Friday, 7 May 2021

So you want to write a crime novel: Part 5. Plot and Theme



Some people get very confused about the term plot. Plot is, quite simply, the events in your novel. Nothing more, nothing less. That said, it is enormously important because if you chart the events that need to occur and then play with the order of them, you can write a completely different novel. So plot is a central, vital part of your story. We will cover how your characters can affect the events – your plot – even as you are writing it, in a later blogpost.

 Your theme — and every story has one — is an overarching entity that floats above the story. I will deal with that in a while.


How does it work in practise? That depends on what lit the fire for the story in the first place, of course, but the following is an idea off the top of my head as I type this sentence.

 What-if a burned-out singer wants to make a comeback, but ends up murdered before she can lay down one track in the recording studio?

 So we need enough characters, with motives, to people this story. Let’s have the victim first. Melody Honeycutt was hugely successful ten years ago before she was seriously injured in a road traffic accident in the tour bus on the way to her next gig. This impacted on her backing singers, her manager, her (then) husband, their (now teenage) daughter because it was her success and its resultant income that kept them financially afloat.

 The last ten years have been rough for Melody but she has recovered enough to want to sing again, something made more important when she sees the state of her finances, the management of which she had left to her husband, Jack, which is the main reason he is now her ex-husband. She has decided to put together some songs, a few of which she has written herself, and record them before piggybacking on any success the album has to do another tour. Do you see how the character will affect the events in your story?

 Okay, so the last two paragraphs are the premise of your story. To tighten up your understanding of that premise, you now need to create an elevator pitch — so called because it has to be short enough to pitch to an editor in an elevator and strong enough to spark his/her interest. BUT, creating an elevator pitch makes you focus on the absolute central issue in your story even if you never get anywhere near an editor (or an elevator).

For the following example, I must thank Penny Grubb & Danuta Reah’s The Writers Toolkit, since revised with the new title How To Write Fantastic Fiction.

An elevator pitch is the heart of your story in a few sentences.

1. You need a compelling character – we have Melody.

2. Her objective – to be successful again.

3. A situation where Melody is in a perilous situation – not a physical peril, necessarily, depending upon what you are writing. The peril is a situation that might prevent her from achieving her objective.

4. Melody’s opponent.

5. Melody is faced with a disaster caused by that opponent. What is at stake?

You can play this out several times within the life of the novel, but the bare bones are those five elements. How does this work for our story?

One sentence to cover the first three points above.

(1, 2 & 3) Melody Honeycutt (main character), desperate to restart her singing career, cut short by an accident (objective), comes out to drive to the studio for her first recording slot, but finds all her tyres have been slashed.(Peril)

And then the what’s at stake issue:

(4 and 5) Her ex-husband (opponent), who is aware she is trying to kickstart her career, rings to say their daughter has been rushed to hospital (disaster). Should Melody rush to the hospital to be with her daughter and miss the once-only recording opportunity or should she leave her daughter to her husband and the medics and forge ahead with her new career (what is at stake)?

From these bare bones, you can build a hundred different stories, in several genres. If this were a romance, the daughter would probably be in a coma and Melody and Jack would rekindle their love over her sickbed.

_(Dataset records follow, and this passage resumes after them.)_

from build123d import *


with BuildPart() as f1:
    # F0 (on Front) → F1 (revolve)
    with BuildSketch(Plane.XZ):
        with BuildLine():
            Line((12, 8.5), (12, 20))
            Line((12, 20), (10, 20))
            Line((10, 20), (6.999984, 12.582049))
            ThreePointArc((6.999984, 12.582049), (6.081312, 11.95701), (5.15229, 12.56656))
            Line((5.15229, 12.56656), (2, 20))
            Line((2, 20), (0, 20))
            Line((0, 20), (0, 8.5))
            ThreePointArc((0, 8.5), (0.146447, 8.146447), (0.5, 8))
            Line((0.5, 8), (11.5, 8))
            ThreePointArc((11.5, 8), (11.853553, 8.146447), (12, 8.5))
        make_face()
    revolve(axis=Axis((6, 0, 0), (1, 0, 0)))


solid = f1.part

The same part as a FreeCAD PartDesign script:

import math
import FreeCAD as App
import Part
import Sketcher
from FreeCAD import Vector
Q = App.Units.Quantity

doc = App.newDocument("Part")
body = doc.addObject("PartDesign::Body", "Body")

# Sketch on XZ plane
sketch1 = body.newObject("Sketcher::SketchObject", "Sketch")
sketch1.AttachmentSupport = (doc.getObject("XZ_Plane"), [""])
sketch1.MapMode = "FlatFace"
sketch1.addGeometry([
    Part.LineSegment(Vector(12, 8.5, 0), Vector(12, 20, 0)),  # 0
    Part.LineSegment(Vector(12, 20, 0), Vector(10, 20, 0)),  # 1
    Part.LineSegment(Vector(10, 20, 0), Vector(6.999984, 12.582049, 0)),  # 2
    Part.ArcOfCircle(Part.Circle(Vector(6.072929, 12.956975, 0), Vector(0, 0, 1), 1), math.radians(-157.019679), math.radians(-22.019736)),  # 3
    Part.LineSegment(Vector(5.15229, 12.56656, 0), Vector(2, 20, 0)),  # 4
    Part.LineSegment(Vector(2, 20, 0), Vector(0, 20, 0)),  # 5
    Part.LineSegment(Vector(0, 20, 0), Vector(0, 8.5, 0)),  # 6
    Part.ArcOfCircle(Part.Circle(Vector(0.500001, 8.500001, 0), Vector(0, 0, 1), 0.500001), math.radians(-179.999847), math.radians(-90.000153)),  # 7
    Part.LineSegment(Vector(0.5, 8, 0), Vector(11.5, 8, 0)),  # 8
    Part.ArcOfCircle(Part.Circle(Vector(11.499999, 8.500001, 0), Vector(0, 0, 1), 0.500001), math.radians(-89.999847), math.radians(-0.000153)),  # 9
], False)
sketch1.addConstraint([
    Sketcher.Constraint("Coincident", 0, 2, 1, 1),
    Sketcher.Constraint("Coincident", 1, 2, 2, 1),
    Sketcher.Constraint("Tangent", 2, 2, 3, 2),
    Sketcher.Constraint("Tangent", 3, 1, 4, 1),
    Sketcher.Constraint("Coincident", 4, 2, 5, 1),
    Sketcher.Constraint("Coincident", 5, 2, 6, 1),
    Sketcher.Constraint("Coincident", 6, 2, 7, 1),
    Sketcher.Constraint("Coincident", 7, 2, 8, 1),
    Sketcher.Constraint("Coincident", 8, 2, 9, 1),
    Sketcher.Constraint("Coincident", 9, 2, 0, 1),
    Sketcher.Constraint("Vertical", 0),
    Sketcher.Constraint("Horizontal", 1),
    Sketcher.Constraint("Horizontal", 5),
    Sketcher.Constraint("Vertical", 6),
    Sketcher.Constraint("Horizontal", 8),
    Sketcher.Constraint("Equal", 7, 9),
    Sketcher.Constraint("PointOnObject", 5, 2, -2),
    Sketcher.Constraint("Horizontal", 1, 2, 4, 2),
    Sketcher.Constraint("Horizontal", 9, 3, 6, 2),
    Sketcher.Constraint("Horizontal", 6, 2, 9, 2),
    Sketcher.Constraint("Vertical", 9, 3, 8, 2),
    Sketcher.Constraint("Equal", 1, 5),
    Sketcher.Constraint("Radius", 3, Q("1 mm")),
    Sketcher.Constraint("Radius", 7, Q("0.500001 mm")),
    Sketcher.Constraint("DistanceX", 1, 2, 1, 1, Q("2 mm")),
    Sketcher.Constraint("DistanceX", 8, 1, 8, 2, Q("11 mm")),
    Sketcher.Constraint("DistanceY", 0, 1, 0, 2, Q("11.5 mm")),
    Sketcher.Constraint("DistanceX", -1, 1, 0, 2, Q("12 mm")),
    Sketcher.Constraint("DistanceY", -1, 1, 0, 2, Q("20 mm")),
    Sketcher.Constraint("Distance", 2, Q("8.001631 mm")),
    Sketcher.Constraint("DistanceX", -1, 1, 3, 3, Q("6.072929 mm")),
])
revolution = body.newObject("PartDesign::Revolution", "Revolution")
revolution.Profile = sketch1
revolution.ReferenceAxis = (sketch1, ["H_Axis"])
revolution.Angle = 360

doc.recompute()
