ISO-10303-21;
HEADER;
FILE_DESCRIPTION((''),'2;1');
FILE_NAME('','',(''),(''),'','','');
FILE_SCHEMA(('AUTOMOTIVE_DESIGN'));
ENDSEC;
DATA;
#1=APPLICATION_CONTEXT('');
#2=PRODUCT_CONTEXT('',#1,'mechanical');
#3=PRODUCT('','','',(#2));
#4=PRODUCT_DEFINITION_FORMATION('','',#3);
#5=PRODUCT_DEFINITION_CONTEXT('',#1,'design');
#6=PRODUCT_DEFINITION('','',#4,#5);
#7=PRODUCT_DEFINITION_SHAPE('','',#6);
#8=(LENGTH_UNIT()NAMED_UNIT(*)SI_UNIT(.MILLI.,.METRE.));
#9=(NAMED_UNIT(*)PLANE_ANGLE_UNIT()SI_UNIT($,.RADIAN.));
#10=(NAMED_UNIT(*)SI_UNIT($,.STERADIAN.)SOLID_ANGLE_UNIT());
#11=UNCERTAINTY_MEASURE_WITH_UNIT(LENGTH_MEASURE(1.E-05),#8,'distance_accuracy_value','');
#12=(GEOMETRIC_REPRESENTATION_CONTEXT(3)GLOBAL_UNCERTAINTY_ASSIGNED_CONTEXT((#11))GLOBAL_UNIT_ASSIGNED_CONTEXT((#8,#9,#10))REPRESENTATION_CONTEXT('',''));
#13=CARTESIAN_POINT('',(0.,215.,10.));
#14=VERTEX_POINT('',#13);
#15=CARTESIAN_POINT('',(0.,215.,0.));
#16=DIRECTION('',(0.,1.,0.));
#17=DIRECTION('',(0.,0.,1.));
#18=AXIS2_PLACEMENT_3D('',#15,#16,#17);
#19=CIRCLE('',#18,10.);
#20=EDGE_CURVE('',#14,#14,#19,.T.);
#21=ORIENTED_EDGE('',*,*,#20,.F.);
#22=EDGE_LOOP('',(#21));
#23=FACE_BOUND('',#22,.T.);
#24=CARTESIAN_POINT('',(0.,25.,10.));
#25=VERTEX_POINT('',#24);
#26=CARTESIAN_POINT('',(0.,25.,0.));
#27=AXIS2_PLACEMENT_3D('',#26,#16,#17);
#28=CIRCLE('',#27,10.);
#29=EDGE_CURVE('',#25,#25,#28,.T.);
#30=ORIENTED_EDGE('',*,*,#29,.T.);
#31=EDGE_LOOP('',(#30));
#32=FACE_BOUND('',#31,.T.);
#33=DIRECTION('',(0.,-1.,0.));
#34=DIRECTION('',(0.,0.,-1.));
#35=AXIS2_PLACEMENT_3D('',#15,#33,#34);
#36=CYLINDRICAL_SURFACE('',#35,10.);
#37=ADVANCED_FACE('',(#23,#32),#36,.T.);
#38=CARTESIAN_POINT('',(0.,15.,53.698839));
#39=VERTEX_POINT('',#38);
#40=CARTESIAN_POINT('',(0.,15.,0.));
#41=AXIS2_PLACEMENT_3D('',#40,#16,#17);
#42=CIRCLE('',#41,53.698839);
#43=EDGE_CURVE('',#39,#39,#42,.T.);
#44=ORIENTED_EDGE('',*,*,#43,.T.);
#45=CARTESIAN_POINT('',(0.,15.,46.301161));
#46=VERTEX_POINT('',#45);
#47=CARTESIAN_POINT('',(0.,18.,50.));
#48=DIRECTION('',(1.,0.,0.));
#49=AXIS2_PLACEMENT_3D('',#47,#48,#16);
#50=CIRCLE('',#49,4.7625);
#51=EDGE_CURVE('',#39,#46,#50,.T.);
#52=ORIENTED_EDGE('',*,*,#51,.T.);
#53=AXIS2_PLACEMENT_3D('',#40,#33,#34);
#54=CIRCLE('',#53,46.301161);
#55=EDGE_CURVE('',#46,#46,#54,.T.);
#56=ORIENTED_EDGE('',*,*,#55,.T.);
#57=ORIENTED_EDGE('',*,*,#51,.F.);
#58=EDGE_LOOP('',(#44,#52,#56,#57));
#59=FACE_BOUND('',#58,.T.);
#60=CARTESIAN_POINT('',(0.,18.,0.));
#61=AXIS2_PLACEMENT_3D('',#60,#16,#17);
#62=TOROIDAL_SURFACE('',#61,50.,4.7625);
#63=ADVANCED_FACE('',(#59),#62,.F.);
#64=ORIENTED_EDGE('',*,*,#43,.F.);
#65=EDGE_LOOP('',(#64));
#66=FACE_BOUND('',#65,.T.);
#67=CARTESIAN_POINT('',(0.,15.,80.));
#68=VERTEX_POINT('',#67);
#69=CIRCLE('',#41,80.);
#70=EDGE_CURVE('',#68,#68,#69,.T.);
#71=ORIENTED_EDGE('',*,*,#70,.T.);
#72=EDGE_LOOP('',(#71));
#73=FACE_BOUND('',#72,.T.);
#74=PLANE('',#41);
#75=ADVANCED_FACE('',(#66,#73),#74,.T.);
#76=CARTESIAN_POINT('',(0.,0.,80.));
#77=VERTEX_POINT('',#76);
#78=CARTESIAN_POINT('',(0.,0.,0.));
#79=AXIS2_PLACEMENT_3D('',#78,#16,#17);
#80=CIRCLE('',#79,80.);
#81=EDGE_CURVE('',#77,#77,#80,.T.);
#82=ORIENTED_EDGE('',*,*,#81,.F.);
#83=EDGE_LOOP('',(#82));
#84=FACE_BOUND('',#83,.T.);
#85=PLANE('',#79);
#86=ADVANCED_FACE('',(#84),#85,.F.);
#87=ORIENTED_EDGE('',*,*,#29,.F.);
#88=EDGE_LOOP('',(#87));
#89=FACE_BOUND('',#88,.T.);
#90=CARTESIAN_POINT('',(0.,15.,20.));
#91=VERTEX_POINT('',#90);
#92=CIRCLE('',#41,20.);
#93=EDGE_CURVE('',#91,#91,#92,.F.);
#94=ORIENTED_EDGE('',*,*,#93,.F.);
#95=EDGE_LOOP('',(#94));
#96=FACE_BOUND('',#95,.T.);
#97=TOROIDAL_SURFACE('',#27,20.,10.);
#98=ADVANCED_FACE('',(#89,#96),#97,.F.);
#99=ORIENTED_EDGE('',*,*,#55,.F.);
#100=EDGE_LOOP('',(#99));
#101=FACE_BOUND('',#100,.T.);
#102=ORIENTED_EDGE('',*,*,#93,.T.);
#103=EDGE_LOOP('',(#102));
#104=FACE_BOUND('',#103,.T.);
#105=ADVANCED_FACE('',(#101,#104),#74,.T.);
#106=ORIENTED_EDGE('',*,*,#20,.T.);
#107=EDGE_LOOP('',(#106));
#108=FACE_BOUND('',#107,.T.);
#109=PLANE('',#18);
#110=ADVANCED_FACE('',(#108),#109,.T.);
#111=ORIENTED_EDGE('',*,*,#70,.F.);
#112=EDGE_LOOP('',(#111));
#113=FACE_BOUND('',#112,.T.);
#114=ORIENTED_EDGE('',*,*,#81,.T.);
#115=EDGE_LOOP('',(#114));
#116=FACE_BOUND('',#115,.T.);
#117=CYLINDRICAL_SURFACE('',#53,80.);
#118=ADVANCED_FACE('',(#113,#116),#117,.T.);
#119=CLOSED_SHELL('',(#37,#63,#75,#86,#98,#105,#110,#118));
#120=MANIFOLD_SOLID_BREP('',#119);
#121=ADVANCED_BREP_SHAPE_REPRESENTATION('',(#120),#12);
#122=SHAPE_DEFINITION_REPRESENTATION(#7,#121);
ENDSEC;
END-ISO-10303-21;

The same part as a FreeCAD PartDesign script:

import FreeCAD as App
import Part
import Sketcher
Q = App.Units.Quantity


def edges_at(feature, points):
    """Names of the edges that pass closest to the given points."""
    edges = feature.Shape.Edges
    near = lambda p: min(range(len(edges)), key=lambda i: edges[i].distToShape(Part.Vertex(*p))[0])
    return sorted({f"Edge{near(p) + 1}" for p in points})

doc = App.newDocument("Part")
params = doc.addObject("Spreadsheet::Sheet", "Params")
for row, (alias, value) in enumerate([
    ("sketch1_diameter", "160 mm"),
    ("pad1_length", "15 mm"),
    ("sketch2_diameter", "20 mm"),
    ("pad2_length", "200 mm"),
    ("fillet_radius", "10 mm"),
    ("sketch4_diameter", "100 mm"),
], start=1):
    params.set(f"A{row}", alias)
    params.set(f"B{row}", "=" + value)
    params.setAlias(f"B{row}", alias)

body = doc.addObject("PartDesign::Body", "Body")

sketch1 = doc.addObject("Sketcher::SketchObject", "Sketch")
body.addObject(sketch1)
sketch1.AttachmentSupport = (doc.XZ_Plane, [""])
sketch1.MapMode = "FlatFace"
sketch1.addGeometry(Part.Circle(App.Vector(0, 0, 0), App.Vector(0, 0, 1), 80), False)
sketch1.addConstraint([
    Sketcher.Constraint("Coincident", 0, 3, -1, 1),
    Sketcher.Constraint("Diameter", 0, Q("160 mm")),
])
sketch1.setExpression("Constraints[1]", "Params.sketch1_diameter")
pad1 = doc.addObject("PartDesign::Pad", "Pad")
body.addObject(pad1)
pad1.Profile = sketch1
pad1.setExpression("Length", "Params.pad1_length")
pad1.Reversed = True

sketch2 = doc.addObject("Sketcher::SketchObject", "Sketch001")
body.addObject(sketch2)
sketch2.AttachmentSupport = (doc.XZ_Plane, [""])
sketch2.MapMode = "FlatFace"
sketch2.AttachmentOffset = App.Placement(App.Vector(0, 0, -15), App.Rotation())
sketch2.addGeometry(Part.Circle(App.Vector(0, 0, 0), App.Vector(0, 0, 1), 10), False)
sketch2.addConstraint([
    Sketcher.Constraint("Coincident", 0, 3, -1, 1),
    Sketcher.Constraint("Diameter", 0, Q("20 mm")),
])
sketch2.setExpression("Constraints[1]", "Params.sketch2_diameter")
pad2 = doc.addObject("PartDesign::Pad", "Pad001")
body.addObject(pad2)
pad2.Profile = sketch2
pad2.setExpression("Length", "Params.pad2_length")
pad2.Reversed = True
doc.recompute()

fillet = doc.addObject("PartDesign::Fillet", "Fillet")
body.addObject(fillet)
fillet.Base = (pad2, edges_at(pad2, [(-10, 15, 0)]))
fillet.setExpression("Radius", "Params.fillet_radius")

sketch3 = doc.addObject("Sketcher::SketchObject", "Sketch002")
body.addObject(sketch3)
sketch3.AttachmentSupport = (doc.XY_Plane, [""])
sketch3.MapMode = "FlatFace"
sketch3.addGeometry(Part.Circle(App.Vector(50, 18, 0), App.Vector(0, 0, 1), 4.7625), False)
sketch3.addConstraint([
    Sketcher.Constraint("Diameter", 0, Q("9.525 mm")),
    Sketcher.Constraint("DistanceX", -1, 1, 0, 3, Q("50 mm")),
    Sketcher.Constraint("DistanceY", -1, 1, 0, 3, Q("18 mm")),
])

sketch4 = doc.addObject("Sketcher::SketchObject", "Sketch003")
body.addObject(sketch4)
sketch4.AttachmentSupport = (doc.XZ_Plane, [""])
sketch4.MapMode = "FlatFace"
sketch4.AttachmentOffset = App.Placement(App.Vector(0, 0, -18), App.Rotation())
sketch4.addGeometry(Part.Circle(App.Vector(0, 0, 0), App.Vector(0, 0, 1), 50), False)
sketch4.addConstraint([
    Sketcher.Constraint("Coincident", 0, 3, -1, 1),
    Sketcher.Constraint("Diameter", 0, Q("100 mm")),
])
sketch4.setExpression("Constraints[1]", "Params.sketch4_diameter")
doc.recompute()

subtractivepipe = doc.addObject("PartDesign::SubtractivePipe", "SubtractivePipe")
body.addObject(subtractivepipe)
subtractivepipe.Profile = sketch3
subtractivepipe.Spine = (sketch4, ["Edge1"])

doc.recompute()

If this were a historical novel, you might have Melody trying to succeed as a singer at court. Her husband is jealous that her beauty might attract a wealthy courtier. When her daughter is injured, the stakes might be that the Queen or one of her ladies has promised to consider the girl as a maid. You get the picture.

For a crime novel, I would be tempted to make Jack a controlling character who has secretly kept tabs on Melody ever since she kicked him out for embezzling her money. He has “accidentally” caused the daughter’s injury to stop his ex-wife from ever becoming famous again. Melody rings the hospital and the injury is very superficial. She rings her daughter who tells her to get to the studio.

Melody borrows her neighbour’s car or the (handsome?) neighbour drives her to the studio. Jack then embarks on a full-scale scare and stalk campaign to frighten her into stopping. He kills her cat, leaves threatening messages on her doormat and dead animals on her doorstep. But the police can’t pin anything on him. You can go from there…


Sometimes writers know the theme before they start. Sometimes it becomes obvious in the writing. However, all fiction has a theme of some kind. You either decide what it is and then start plotting or you write and discover the theme as you go but without knowing your theme your writing will not be as focussed as it should be.

Carrying on from the plot above, what could the theme for Melody’s story be? Escape from a long bondage, perhaps, when she becomes a success again. Or, if she succumbs to the threats and doesn’t fulfil her dream, the theme might be fear overcoming ambition. The choice is yours, but you can see that the former would be an upbeat, feel-good ending and the latter a downbeat one. Whatever you choose, the ending must be logical and satisfactory.